▸ **Task**
Repeat only the stretch of lines below that runs from the line with "#170=CARTESIAN_POINT('',(30.,-25.,-1.5));" through the line with "#182=PLANE('',#181);", unaltered.
------ Information
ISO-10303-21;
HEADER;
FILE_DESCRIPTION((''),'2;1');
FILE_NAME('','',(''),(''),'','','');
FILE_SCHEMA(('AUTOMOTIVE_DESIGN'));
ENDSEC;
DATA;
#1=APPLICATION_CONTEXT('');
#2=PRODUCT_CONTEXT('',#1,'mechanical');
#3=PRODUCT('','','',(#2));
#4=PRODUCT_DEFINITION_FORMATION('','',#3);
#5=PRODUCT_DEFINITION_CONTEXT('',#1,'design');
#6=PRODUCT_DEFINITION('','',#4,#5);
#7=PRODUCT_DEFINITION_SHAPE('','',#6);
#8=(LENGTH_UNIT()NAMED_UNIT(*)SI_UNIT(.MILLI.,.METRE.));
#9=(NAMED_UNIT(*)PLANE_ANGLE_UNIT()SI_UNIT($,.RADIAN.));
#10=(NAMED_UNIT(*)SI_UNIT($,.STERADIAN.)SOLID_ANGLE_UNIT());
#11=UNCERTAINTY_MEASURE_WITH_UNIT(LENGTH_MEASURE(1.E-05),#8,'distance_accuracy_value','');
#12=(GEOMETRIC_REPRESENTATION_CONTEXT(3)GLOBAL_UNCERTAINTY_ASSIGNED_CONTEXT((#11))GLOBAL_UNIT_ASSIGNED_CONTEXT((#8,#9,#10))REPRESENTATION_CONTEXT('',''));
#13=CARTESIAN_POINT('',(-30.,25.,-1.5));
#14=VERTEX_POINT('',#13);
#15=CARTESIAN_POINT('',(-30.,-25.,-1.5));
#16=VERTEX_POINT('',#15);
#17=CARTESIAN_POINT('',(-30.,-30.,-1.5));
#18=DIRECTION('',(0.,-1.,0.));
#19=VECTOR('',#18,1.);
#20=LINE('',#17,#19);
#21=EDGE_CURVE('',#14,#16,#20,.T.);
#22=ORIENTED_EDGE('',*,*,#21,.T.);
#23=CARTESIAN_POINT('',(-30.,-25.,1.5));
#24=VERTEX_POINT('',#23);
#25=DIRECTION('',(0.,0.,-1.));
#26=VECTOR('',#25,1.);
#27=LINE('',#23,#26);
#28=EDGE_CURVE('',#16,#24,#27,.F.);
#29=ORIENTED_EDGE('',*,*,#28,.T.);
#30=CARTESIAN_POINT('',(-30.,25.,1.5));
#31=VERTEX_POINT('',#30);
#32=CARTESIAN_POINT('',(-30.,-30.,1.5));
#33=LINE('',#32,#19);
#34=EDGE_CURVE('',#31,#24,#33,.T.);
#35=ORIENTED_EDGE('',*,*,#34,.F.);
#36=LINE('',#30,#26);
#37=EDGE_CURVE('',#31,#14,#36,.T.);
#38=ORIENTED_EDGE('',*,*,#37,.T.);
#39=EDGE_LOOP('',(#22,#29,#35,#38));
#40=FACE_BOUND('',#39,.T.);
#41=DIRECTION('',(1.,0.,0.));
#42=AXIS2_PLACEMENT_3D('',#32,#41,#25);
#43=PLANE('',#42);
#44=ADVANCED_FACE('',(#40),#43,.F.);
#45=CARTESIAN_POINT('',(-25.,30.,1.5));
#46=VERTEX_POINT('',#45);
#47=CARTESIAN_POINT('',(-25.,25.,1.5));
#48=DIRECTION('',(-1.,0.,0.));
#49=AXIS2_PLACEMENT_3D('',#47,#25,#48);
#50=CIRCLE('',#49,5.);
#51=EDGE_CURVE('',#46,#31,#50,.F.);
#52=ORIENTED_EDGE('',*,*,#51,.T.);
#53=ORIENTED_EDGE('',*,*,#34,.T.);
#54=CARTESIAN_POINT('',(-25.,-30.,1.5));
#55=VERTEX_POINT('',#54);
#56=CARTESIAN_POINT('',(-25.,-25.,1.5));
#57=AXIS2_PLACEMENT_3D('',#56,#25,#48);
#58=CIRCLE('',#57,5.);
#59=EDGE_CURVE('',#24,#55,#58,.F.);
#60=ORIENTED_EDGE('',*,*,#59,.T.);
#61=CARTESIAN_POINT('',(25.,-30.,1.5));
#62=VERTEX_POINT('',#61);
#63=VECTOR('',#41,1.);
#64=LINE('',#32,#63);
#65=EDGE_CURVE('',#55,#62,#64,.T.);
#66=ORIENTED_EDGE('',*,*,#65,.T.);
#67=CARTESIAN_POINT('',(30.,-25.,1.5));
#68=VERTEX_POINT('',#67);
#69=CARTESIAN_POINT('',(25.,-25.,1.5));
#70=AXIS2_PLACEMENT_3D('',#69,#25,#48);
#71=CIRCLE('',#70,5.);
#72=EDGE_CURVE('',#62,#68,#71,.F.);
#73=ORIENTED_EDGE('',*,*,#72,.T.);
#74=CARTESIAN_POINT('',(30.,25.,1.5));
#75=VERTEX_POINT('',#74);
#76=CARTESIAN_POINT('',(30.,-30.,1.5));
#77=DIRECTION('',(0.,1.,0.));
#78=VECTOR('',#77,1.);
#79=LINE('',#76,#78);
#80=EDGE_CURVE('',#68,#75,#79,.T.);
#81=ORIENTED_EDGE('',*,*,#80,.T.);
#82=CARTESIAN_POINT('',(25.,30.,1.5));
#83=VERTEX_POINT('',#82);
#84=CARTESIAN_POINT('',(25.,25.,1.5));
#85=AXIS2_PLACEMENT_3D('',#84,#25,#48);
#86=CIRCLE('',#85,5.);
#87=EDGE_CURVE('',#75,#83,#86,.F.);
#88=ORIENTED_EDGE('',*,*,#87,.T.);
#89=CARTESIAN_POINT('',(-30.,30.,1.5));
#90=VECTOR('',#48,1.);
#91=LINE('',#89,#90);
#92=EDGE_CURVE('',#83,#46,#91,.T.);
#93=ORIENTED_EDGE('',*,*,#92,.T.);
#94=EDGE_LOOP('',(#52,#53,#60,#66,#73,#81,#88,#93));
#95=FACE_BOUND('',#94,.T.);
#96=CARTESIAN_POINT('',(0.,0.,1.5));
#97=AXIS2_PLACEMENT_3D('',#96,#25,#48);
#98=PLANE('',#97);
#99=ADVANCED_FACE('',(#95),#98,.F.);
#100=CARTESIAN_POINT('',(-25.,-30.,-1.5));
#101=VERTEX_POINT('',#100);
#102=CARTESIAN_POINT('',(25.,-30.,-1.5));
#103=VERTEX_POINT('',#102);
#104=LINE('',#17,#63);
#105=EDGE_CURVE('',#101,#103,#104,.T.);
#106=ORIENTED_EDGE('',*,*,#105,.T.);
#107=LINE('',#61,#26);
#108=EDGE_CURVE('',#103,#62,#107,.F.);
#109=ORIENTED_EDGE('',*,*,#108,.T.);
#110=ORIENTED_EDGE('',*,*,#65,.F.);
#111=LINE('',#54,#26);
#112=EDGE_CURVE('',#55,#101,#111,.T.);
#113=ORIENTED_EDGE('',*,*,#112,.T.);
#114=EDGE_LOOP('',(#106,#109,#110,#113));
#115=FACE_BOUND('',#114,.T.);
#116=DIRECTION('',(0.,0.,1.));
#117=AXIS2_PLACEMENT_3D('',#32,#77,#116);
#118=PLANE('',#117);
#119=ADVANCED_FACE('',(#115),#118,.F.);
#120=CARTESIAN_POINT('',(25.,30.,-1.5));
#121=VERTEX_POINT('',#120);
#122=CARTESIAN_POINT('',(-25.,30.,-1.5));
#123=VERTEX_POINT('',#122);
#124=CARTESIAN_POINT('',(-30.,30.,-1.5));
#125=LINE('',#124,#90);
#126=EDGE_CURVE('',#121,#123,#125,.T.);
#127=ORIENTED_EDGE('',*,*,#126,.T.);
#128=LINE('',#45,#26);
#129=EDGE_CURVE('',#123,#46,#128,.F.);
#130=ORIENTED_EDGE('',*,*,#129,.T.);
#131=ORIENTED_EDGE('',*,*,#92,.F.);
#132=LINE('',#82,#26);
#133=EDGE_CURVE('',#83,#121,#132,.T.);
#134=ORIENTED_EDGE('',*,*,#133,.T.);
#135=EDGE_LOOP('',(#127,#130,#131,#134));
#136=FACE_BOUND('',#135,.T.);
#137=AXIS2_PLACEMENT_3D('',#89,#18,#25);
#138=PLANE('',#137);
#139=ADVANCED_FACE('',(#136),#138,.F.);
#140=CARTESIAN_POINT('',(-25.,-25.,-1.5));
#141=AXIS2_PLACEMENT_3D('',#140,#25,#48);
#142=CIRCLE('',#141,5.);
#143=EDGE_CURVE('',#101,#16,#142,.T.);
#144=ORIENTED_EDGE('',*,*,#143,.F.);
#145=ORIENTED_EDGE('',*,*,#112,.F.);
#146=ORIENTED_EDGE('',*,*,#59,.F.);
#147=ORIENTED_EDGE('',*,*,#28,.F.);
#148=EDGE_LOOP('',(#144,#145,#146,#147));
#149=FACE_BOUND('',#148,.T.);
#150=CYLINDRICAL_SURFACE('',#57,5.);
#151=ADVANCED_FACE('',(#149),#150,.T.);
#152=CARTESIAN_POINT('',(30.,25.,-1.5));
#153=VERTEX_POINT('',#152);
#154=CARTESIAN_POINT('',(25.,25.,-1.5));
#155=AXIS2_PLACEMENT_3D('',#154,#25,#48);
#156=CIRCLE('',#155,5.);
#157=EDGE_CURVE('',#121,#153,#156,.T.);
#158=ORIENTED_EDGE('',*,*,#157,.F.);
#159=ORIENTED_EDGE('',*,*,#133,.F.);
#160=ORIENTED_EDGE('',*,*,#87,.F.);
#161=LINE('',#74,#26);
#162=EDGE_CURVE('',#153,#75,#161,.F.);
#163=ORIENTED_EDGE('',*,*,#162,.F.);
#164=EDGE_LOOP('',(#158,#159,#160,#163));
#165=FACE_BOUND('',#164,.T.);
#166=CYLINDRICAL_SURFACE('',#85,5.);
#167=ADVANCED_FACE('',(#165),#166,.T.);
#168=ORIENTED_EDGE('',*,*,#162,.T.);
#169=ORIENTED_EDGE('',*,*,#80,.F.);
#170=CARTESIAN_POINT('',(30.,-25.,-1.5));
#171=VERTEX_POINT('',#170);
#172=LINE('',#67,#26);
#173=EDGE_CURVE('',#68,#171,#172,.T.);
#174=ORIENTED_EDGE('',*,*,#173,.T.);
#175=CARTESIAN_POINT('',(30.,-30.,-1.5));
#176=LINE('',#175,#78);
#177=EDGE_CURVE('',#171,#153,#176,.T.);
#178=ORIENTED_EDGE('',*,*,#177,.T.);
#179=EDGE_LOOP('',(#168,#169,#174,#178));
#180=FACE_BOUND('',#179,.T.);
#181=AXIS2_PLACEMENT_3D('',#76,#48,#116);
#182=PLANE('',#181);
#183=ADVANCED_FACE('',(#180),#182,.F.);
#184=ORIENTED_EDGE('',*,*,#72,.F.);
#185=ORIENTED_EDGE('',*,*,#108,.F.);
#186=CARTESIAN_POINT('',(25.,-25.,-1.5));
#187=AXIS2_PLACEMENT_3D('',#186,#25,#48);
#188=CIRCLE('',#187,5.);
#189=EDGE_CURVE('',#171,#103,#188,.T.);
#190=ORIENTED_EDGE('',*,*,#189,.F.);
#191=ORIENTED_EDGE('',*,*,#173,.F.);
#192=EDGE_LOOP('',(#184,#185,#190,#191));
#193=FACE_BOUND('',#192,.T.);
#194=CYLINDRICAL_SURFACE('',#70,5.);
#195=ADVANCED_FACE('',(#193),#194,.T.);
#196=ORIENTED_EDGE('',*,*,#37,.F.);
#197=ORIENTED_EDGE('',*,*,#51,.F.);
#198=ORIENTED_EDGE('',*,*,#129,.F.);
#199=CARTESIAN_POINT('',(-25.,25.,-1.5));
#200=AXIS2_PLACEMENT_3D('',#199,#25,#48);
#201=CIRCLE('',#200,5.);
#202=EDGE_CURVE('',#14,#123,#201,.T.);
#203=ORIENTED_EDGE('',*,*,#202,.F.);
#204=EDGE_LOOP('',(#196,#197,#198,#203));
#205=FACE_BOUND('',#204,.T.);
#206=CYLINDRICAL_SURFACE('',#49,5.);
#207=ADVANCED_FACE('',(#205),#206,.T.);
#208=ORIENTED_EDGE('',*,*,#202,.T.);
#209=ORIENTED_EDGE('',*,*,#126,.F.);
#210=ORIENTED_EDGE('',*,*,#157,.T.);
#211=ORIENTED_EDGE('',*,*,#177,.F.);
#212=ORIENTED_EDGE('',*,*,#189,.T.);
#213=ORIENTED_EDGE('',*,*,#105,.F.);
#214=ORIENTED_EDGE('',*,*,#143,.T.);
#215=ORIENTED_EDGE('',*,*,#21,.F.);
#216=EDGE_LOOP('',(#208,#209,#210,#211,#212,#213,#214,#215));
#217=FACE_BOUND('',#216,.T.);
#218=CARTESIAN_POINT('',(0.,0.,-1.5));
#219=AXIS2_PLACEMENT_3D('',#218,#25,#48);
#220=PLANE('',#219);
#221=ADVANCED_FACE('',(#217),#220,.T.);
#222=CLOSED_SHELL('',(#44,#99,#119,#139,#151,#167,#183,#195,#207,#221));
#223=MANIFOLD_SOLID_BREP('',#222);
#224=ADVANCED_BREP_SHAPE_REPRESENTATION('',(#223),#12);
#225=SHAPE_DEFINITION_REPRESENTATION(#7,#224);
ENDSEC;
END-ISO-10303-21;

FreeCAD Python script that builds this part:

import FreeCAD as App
import Part
import Sketcher
from FreeCAD import Vector


def edges_at(feature, points):
    """Names of the edges that pass closest to the given points."""
    edges = feature.Shape.Edges
    near = lambda p: min(range(len(edges)), key=lambda i: edges[i].distToShape(Part.Vertex(*p))[0])
    return sorted({f"Edge{near(p) + 1}" for p in points})

doc = App.newDocument("Part")
body = doc.addObject("PartDesign::Body", "Body")

# Sketch on XY plane
sketch1 = body.newObject("Sketcher::SketchObject", "Sketch")
sketch1.AttachmentSupport = (doc.getObject("XY_Plane"), [""])
sketch1.MapMode = "FlatFace"
sketch1.addGeometry(Part.LineSegment(Vector(-30, 30, 0), Vector(-30, -30, 0)), False)
sketch1.addGeometry(Part.LineSegment(Vector(-30, -30, 0), Vector(30, -30, 0)), False)
sketch1.addGeometry(Part.LineSegment(Vector(30, -30, 0), Vector(30, 30, 0)), False)
sketch1.addGeometry(Part.LineSegment(Vector(30, 30, 0), Vector(-30, 30, 0)), False)
sketch1.addConstraint(Sketcher.Constraint("Coincident", 0, 2, 1, 1))
sketch1.addConstraint(Sketcher.Constraint("Coincident", 1, 2, 2, 1))
sketch1.addConstraint(Sketcher.Constraint("Coincident", 2, 2, 3, 1))
sketch1.addConstraint(Sketcher.Constraint("Coincident", 3, 2, 0, 1))
sketch1.addConstraint(Sketcher.Constraint("Vertical", 0))
sketch1.addConstraint(Sketcher.Constraint("Horizontal", 1))
sketch1.addConstraint(Sketcher.Constraint("Vertical", 2))
sketch1.addConstraint(Sketcher.Constraint("Horizontal", 3))
sketch1.addConstraint(Sketcher.Constraint("Symmetric", 0, 2, 2, 2, -1, 1))
sketch1.addConstraint(Sketcher.Constraint("Equal", 3, 0))
sketch1.addConstraint(Sketcher.Constraint("DistanceX", 1, 1, 1, 2, 60.0))
pad1 = body.newObject("PartDesign::Pad", "Pad")
pad1.Profile = sketch1
pad1.Length = 3
pad1.Midplane = True
doc.recompute()

fillet = body.newObject("PartDesign::Fillet", "Fillet")
fillet.Base = (pad1, edges_at(pad1, [
    (30, -30, 0),
    (-30, -30, 0),
    (-30, 30, 0),
    (30, 30, 0),
]))
fillet.Radius = 5

doc.recompute()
------------
▸ **Result of this task**
#170=CARTESIAN_POINT('',(30.,-25.,-1.5));
#171=VERTEX_POINT('',#170);
#172=LINE('',#67,#26);
#173=EDGE_CURVE('',#68,#171,#172,.T.);
#174=ORIENTED_EDGE('',*,*,#173,.T.);
#175=CARTESIAN_POINT('',(30.,-30.,-1.5));
#176=LINE('',#175,#78);
#177=EDGE_CURVE('',#171,#153,#176,.T.);
#178=ORIENTED_EDGE('',*,*,#177,.T.);
#179=EDGE_LOOP('',(#168,#169,#174,#178));
#180=FACE_BOUND('',#179,.T.);
#181=AXIS2_PLACEMENT_3D('',#76,#48,#116);
#182=PLANE('',#181);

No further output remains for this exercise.